Familiarity bias is identified when an investor always invests in what they know such as locally owned companies. As a result, investors are not diversified across multiple sectors and types of investments, which can help reduce the risk of their portfolios. A good example of some investment companies in Namibia is those that mainly focus on purchasing shares in local businesses as a pooled investment (private equity). Some of these investment companies, in which I will not disclose their names, incurred tremendous losses when the companies they invested in failed due to the COVID-19 pandemic. Such loses could have been mitigated if they diversified their portfolios rather than just sticking to what they know.

Loss aversion bias occurs when the investor place vast concern on the losses they might get, rather than the pleasure from potential market gains. This type of mentality is adopted by the “old” financial institutions in Namibia that has the traditional “fail proof” business model that avoids risks from investments instruments which may have higher potential gains. Although these financial institutions have steady long-term returns, their return never seize to change if one was to project their overall returns against market Index charts.

Lastly, the confirmation bias, which is when investors are keen on accepting information that confirms their already-held belief in an investment.
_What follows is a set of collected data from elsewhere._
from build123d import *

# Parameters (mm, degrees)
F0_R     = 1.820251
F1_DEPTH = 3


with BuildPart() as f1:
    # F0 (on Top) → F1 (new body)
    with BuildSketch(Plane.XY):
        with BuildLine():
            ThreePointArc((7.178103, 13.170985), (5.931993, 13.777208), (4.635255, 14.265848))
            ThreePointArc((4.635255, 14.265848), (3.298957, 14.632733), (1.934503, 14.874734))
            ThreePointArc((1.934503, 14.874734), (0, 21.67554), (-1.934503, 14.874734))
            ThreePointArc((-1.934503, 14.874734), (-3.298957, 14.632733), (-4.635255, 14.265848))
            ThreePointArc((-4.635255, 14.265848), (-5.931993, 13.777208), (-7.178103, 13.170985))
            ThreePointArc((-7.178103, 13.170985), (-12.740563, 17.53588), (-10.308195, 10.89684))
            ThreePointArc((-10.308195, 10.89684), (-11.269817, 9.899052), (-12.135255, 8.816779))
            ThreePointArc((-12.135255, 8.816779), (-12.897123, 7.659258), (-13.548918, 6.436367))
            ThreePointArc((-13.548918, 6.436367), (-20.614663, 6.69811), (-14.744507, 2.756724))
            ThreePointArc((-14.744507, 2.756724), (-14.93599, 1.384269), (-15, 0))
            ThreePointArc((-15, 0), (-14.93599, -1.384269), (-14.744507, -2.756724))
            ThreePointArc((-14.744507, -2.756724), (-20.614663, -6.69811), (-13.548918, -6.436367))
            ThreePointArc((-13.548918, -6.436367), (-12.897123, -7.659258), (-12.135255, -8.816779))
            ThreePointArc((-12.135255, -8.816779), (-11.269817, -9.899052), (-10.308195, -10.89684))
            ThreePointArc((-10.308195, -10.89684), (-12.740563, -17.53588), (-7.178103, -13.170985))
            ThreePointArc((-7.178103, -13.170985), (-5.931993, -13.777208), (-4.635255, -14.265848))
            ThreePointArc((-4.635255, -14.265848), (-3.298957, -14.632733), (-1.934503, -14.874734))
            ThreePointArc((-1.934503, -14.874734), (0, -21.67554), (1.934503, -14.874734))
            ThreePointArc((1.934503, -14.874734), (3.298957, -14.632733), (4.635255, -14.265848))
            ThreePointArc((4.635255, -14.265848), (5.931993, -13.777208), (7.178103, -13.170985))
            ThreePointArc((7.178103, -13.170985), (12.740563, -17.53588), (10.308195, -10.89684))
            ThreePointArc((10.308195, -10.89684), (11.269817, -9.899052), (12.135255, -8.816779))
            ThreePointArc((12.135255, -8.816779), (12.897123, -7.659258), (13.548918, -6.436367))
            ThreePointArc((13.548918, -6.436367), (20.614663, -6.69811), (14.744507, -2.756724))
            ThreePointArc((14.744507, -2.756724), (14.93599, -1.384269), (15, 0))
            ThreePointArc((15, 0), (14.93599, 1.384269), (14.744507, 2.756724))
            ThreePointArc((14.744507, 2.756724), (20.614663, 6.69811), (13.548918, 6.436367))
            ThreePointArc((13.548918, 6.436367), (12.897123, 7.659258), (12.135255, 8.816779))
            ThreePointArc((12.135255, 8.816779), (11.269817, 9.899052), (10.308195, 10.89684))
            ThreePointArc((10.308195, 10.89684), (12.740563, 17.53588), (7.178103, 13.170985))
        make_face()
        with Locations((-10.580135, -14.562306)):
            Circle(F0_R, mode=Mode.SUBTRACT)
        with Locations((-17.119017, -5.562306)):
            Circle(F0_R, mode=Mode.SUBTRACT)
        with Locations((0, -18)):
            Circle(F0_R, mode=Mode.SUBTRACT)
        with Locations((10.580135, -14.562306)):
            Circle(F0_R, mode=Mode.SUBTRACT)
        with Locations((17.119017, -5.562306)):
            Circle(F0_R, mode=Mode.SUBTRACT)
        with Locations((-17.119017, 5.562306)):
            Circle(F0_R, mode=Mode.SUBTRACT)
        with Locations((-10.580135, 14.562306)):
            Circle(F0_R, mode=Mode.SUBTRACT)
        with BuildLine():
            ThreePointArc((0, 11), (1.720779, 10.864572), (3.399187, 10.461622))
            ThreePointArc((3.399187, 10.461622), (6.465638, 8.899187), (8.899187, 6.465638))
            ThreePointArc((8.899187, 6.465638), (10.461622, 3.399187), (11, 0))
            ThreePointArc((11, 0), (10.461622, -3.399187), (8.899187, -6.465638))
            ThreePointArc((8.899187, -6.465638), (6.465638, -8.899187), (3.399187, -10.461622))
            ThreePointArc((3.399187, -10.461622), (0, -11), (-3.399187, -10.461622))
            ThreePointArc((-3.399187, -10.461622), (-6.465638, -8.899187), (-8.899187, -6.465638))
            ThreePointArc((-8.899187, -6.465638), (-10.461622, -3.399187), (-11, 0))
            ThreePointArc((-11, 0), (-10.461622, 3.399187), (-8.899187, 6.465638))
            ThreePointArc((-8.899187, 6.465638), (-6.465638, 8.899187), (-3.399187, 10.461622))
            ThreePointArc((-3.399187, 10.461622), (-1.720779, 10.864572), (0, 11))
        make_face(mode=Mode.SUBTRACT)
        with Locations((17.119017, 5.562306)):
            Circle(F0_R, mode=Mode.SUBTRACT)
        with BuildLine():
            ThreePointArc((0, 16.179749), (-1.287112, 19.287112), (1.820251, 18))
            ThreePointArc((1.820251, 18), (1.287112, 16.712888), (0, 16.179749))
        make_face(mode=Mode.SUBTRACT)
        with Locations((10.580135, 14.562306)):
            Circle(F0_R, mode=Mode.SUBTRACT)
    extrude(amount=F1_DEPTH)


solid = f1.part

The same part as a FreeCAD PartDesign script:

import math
import FreeCAD as App
import Part
import Sketcher
from FreeCAD import Vector
Q = App.Units.Quantity

doc = App.newDocument("Part")
body = doc.addObject("PartDesign::Body", "Body")

sketch1 = doc.addObject("Sketcher::SketchObject", "Sketch")
body.addObject(sketch1)
sketch1.AttachmentSupport = (doc.XY_Plane, [""])
sketch1.MapMode = "FlatFace"
sketch1.addGeometry([
    Part.ArcOfCircle(Part.Circle(Vector(-0.000022, -0.000051, 0), Vector(0, 0, 1), 15.000055), math.radians(61.409917), math.radians(71.999981)),
    Part.ArcOfCircle(Part.Circle(Vector(-0.000033, -0.00014, 0), Vector(0, 0, 1), 15.000144), math.radians(72.000047), math.radians(82.59005)),
    Part.ArcOfCircle(Part.Circle(Vector(0, 18, 0), Vector(0, 0, 1), 3.67554), math.radians(-58.242981), math.radians(238.242981)),
    Part.ArcOfCircle(Part.Circle(Vector(0.000033, -0.00014, 0), Vector(0, 0, 1), 15.000144), math.radians(97.40995), math.radians(107.999953)),
    Part.ArcOfCircle(Part.Circle(Vector(0.000022, -0.000051, 0), Vector(0, 0, 1), 15.000055), math.radians(108.000019), math.radians(118.590083)),
    Part.ArcOfCircle(Part.Circle(Vector(-10.580135, 14.562306, 0), Vector(0, 0, 1), 3.67554), math.radians(-22.242978), math.radians(274.242979)),
    Part.ArcOfCircle(Part.Circle(Vector(0.000002, -0.000001, 0), Vector(0, 0, 1), 15.000002), math.radians(133.409897), math.radians(143.999999)),
    Part.ArcOfCircle(Part.Circle(Vector(-0.000082, 0.00005, 0), Vector(0, 0, 1), 14.999904), math.radians(143.99997), math.radians(154.590143)),
    Part.ArcOfCircle(Part.Circle(Vector(-17.119017, 5.562306, 0), Vector(0, 0, 1), 3.675539), math.radians(13.757011), math.radians(310.242974)),
    Part.ArcOfCircle(Part.Circle(Vector(0.00007, -0.000004, 0), Vector(0, 0, 1), 15.00007), math.radians(169.409929), math.radians(179.999985)),
    Part.ArcOfCircle(Part.Circle(Vector(0.00007, 0.000004, 0), Vector(0, 0, 1), 15.00007), math.radians(-179.999985), math.radians(-169.409929)),
    Part.ArcOfCircle(Part.Circle(Vector(-17.119017, -5.562306, 0), Vector(0, 0, 1), 3.675539), math.radians(49.757026), math.radians(346.242989)),
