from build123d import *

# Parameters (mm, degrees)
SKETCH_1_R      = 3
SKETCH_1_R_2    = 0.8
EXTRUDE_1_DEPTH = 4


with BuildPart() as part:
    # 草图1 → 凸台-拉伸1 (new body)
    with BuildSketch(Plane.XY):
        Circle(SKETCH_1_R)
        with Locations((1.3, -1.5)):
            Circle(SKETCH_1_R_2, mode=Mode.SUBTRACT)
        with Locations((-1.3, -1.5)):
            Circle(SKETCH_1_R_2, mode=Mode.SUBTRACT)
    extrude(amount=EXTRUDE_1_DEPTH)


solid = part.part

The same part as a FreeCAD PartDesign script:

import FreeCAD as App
import Part
import Sketcher

V = App.Vector
Q = App.Units.Quantity

doc = App.newDocument("Part")
body = doc.addObject("PartDesign::Body", "Body")

# Sketch on XY plane
sketch1 = body.newObject("Sketcher::SketchObject", "Sketch")
sketch1.AttachmentSupport = (doc.getObject("XY_Plane"), [""])
sketch1.MapMode = "FlatFace"
sketch1.addGeometry([
    Part.Circle(V(0, 0, 0), V(0, 0, 1), 3),
    Part.Circle(V(-1.3, -1.5, 0), V(0, 0, 1), 0.8),
    Part.Circle(V(1.3, -1.5, 0), V(0, 0, 1), 0.8),
], False)
sketch1.addConstraint([
    Sketcher.Constraint("Coincident", 0, 3, -1, 1),
    Sketcher.Constraint("Equal", 1, 2),
    Sketcher.Constraint("Symmetric", 1, 3, 2, 3, -2),
    Sketcher.Constraint("Diameter", 0, Q("6 mm")),
    Sketcher.Constraint("Diameter", 1, Q("1.6 mm")),
    Sketcher.Constraint("DistanceX", 1, 3, -1, 1, Q("1.3 mm")),
    Sketcher.Constraint("DistanceY", 1, 3, -1, 1, Q("1.5 mm")),
])
pad1 = body.newObject("PartDesign::Pad", "Pad")
pad1.Profile = sketch1
pad1.Length = 4

doc.recompute()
When information of a certain security surfaces, especially if the material agrees with the investor’s belief, they will use it to make their investment decision even if the information is flawed.

In conclusion, behavioural finance is very important and should be taken seriously because it can help elevate your success when making investment decisions. They say the hardest battle starts from the mind, therefore if you want to succeed as an investor in Namibia, discipline your mind and do not pay too much attention to only one person’s opinion.